*** Opening Supplied material ***

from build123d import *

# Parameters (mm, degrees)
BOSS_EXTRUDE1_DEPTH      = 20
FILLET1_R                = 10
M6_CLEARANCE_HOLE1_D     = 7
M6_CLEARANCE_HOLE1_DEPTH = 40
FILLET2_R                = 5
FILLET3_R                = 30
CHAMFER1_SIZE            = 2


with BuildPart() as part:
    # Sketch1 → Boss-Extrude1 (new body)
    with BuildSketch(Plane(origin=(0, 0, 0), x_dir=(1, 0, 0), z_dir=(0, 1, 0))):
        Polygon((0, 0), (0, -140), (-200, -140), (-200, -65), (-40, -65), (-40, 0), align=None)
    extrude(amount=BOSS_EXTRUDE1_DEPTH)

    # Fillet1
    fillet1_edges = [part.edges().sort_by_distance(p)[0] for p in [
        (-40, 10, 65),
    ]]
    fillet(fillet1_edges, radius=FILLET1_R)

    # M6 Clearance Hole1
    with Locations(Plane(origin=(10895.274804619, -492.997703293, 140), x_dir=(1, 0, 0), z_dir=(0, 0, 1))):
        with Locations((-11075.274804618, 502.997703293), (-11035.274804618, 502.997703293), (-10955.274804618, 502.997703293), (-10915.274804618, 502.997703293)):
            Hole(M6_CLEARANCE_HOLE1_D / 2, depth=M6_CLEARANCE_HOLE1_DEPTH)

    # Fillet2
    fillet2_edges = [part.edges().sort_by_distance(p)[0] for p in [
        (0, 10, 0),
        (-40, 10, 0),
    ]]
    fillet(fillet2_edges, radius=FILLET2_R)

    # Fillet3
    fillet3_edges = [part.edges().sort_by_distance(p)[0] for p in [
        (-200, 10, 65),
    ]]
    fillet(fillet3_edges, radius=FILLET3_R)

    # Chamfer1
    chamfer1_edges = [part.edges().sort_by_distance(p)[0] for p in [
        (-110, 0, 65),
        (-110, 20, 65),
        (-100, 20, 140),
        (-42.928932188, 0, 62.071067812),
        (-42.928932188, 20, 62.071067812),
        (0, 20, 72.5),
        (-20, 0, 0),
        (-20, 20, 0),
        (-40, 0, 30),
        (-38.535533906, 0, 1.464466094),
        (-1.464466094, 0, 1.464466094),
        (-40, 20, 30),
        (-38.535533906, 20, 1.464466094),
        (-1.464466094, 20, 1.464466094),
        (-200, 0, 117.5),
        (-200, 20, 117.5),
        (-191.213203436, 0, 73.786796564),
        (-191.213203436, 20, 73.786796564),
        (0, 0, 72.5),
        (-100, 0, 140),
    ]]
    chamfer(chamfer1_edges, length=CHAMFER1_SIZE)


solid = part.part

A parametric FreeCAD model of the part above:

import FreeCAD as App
import Part
import Sketcher
Q = App.Units.Quantity


def edges_at(feature, points):
    """Names of the edges that pass closest to the given points."""
    edges = feature.Shape.Edges
    near = lambda p: min(range(len(edges)), key=lambda i: edges[i].distToShape(Part.Vertex(*p))[0])
    return sorted({f"Edge{near(p) + 1}" for p in points})

doc = App.newDocument("Part")
body = doc.addObject("PartDesign::Body", "Body")

# Sketch on XZ plane
sketch1 = body.newObject("Sketcher::SketchObject", "Sketch")
sketch1.AttachmentSupport = (doc.getObject("XZ_Plane"), [""])
sketch1.MapMode = "FlatFace"
sketch1.addGeometry([
    Part.LineSegment(App.Vector(0, 140, 0), App.Vector(0, 0, 0)),  # 0
    Part.LineSegment(App.Vector(0, 0, 0), App.Vector(-40, 0, 0)),  # 1
    Part.LineSegment(App.Vector(-40, 0, 0), App.Vector(-40, 65, 0)),  # 2
    Part.LineSegment(App.Vector(-40, 65, 0), App.Vector(-200, 65, 0)),  # 3
    Part.LineSegment(App.Vector(-200, 65, 0), App.Vector(-200, 140, 0)),  # 4
    Part.LineSegment(App.Vector(-200, 140, 0), App.Vector(0, 140, 0)),  # 5
], False)
sketch1.addConstraint([
    Sketcher.Constraint("Coincident", 0, 2, 1, 1),
    Sketcher.Constraint("Coincident", 1, 2, 2, 1),
    Sketcher.Constraint("Coincident", 2, 2, 3, 1),
    Sketcher.Constraint("Coincident", 3, 2, 4, 1),
    Sketcher.Constraint("Coincident", 4, 2, 5, 1),
    Sketcher.Constraint("Coincident", 5, 2, 0, 1),
    Sketcher.Constraint("Vertical", 0),
    Sketcher.Constraint("Horizontal", 1),
    Sketcher.Constraint("Vertical", 2),
    Sketcher.Constraint("Horizontal", 3),
    Sketcher.Constraint("Vertical", 4),
    Sketcher.Constraint("Horizontal", 5),
    Sketcher.Constraint("Coincident", 0, 2, -1, 1),
    Sketcher.Constraint("DistanceX", 1, 2, 1, 1, Q("40 mm")),
    Sketcher.Constraint("DistanceX", 3, 2, 3, 1, Q("160 mm")),
    Sketcher.Constraint("DistanceY", 0, 2, 0, 1, Q("140 mm")),
    Sketcher.Constraint("DistanceY", 2, 1, 2, 2, Q("65 mm")),
])
pad1 = body.newObject("PartDesign::Pad", "Pad")
pad1.Profile = sketch1
pad1.Length = 20
pad1.Reversed = True
doc.recompute()

fillet = body.newObject("PartDesign::Fillet", "Fillet")
fillet.Base = (pad1, edges_at(pad1, [(-40, 10, 65)]))
fillet.Radius = 10

# Sketch on XY plane
sketch2 = body.newObject("Sketcher::SketchObject", "Sketch001")
sketch2.AttachmentSupport = (doc.getObject("XY_Plane"), [""])
sketch2.MapMode = "FlatFace"
sketch2.AttachmentOffset = App.Placement(App.Vector(0, 0, 140), App.Rotation())
sketch2.addGeometry([
    Part.Circle(App.Vector(-180, 10, 0), App.Vector(0, 0, 1), 3.5),
    Part.Circle(App.Vector(-140, 10, 0), App.Vector(0, 0, 1), 3.5),
    Part.Circle(App.Vector(-60, 10, 0), App.Vector(0, 0, 1), 3.5),
    Part.Circle(App.Vector(-20, 10, 0), App.Vector(0, 0, 1), 3.5),
], False)
sketch2.addConstraint([
    Sketcher.Constraint("Equal", 0, 1),
    Sketcher.Constraint("Equal", 1, 2),
    Sketcher.Constraint("Equal", 2, 3),
    Sketcher.Constraint("Horizontal", 0, 3, 1, 3),
    Sketcher.Constraint("Horizontal", 1, 3, 2, 3),
    Sketcher.Constraint("Horizontal", 2, 3, 3, 3),
    Sketcher.Constraint("Diameter", 0, Q("7 mm")),
    Sketcher.Constraint("DistanceX", 0, 3, -1, 1, Q("180 mm")),
    Sketcher.Constraint("DistanceY", -1, 1, 0, 3, Q("10 mm")),
    Sketcher.Constraint("DistanceX", 1, 3, -1, 1, Q("140 mm")),
    Sketcher.Constraint("DistanceX", 2, 3, -1, 1, Q("60 mm")),
    Sketcher.Constraint("DistanceX", 3, 3, -1, 1, Q("20 mm")),
])
doc.recompute()
hole = body.newObject("PartDesign::Hole", "Hole")
hole.Profile = sketch2
hole.ThreadType = "None"
hole.Diameter = 7
hole.DepthType = "Dimension"
hole.Depth = 40
hole.DrillPoint = "Flat"
doc.recompute()

fillet2 = body.newObject("PartDesign::Fillet", "Fillet001")
fillet2.Base = (hole, edges_at(hole, [(0, 10, 0), (-40, 10, 0)]))
fillet2.Radius = 5
doc.recompute()

fillet3 = body.newObject("PartDesign::Fillet", "Fillet002")
fillet3.Base = (fillet2, edges_at(fillet2, [(-200, 10, 65)]))
fillet3.Radius = 30
doc.recompute()

chamfer = body.newObject("PartDesign::Chamfer", "Chamfer")
chamfer.Base = (fillet3, edges_at(fillet3, [
    (-110, 0, 65),
    (-110, 20, 65),
    (-100, 20, 140),
    (-42.929, 0, 62.071),
    (-42.929, 20, 62.071),
    (0, 20, 72.5),
    (-20, 0, 0),
    (-20, 20, 0),
    (-40, 0, 30),
    (-38.536, 0, 1.464),
    (-1.464, 0, 1.464),
    (-40, 20, 30),
    (-38.536, 20, 1.464),
    (-1.464, 20, 1.464),
    (-200, 0, 117.5),
    (-200, 20, 117.5),
    (-191.213, 0, 73.787),
    (-191.213, 20, 73.787),
    (0, 0, 72.5),
    (-100, 0, 140),
]))
chamfer.Size = 2

doc.recompute()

*** Closing Supplied material ***

[What the task requires] Report every line of the data above that contains the string "with" by copying it in full.

[The answer]
with BuildPart() as part:
    with BuildSketch(Plane(origin=(0, 0, 0), x_dir=(1, 0, 0), z_dir=(0, 1, 0))):
    with Locations(Plane(origin=(10895.274804619, -492.997703293, 140), x_dir=(1, 0, 0), z_dir=(0, 0, 1))):
        with Locations((-11075.274804618, 502.997703293), (-11035.274804618, 502.997703293), (-10955.274804618, 502.997703293), (-10915.274804618, 502.997703293)):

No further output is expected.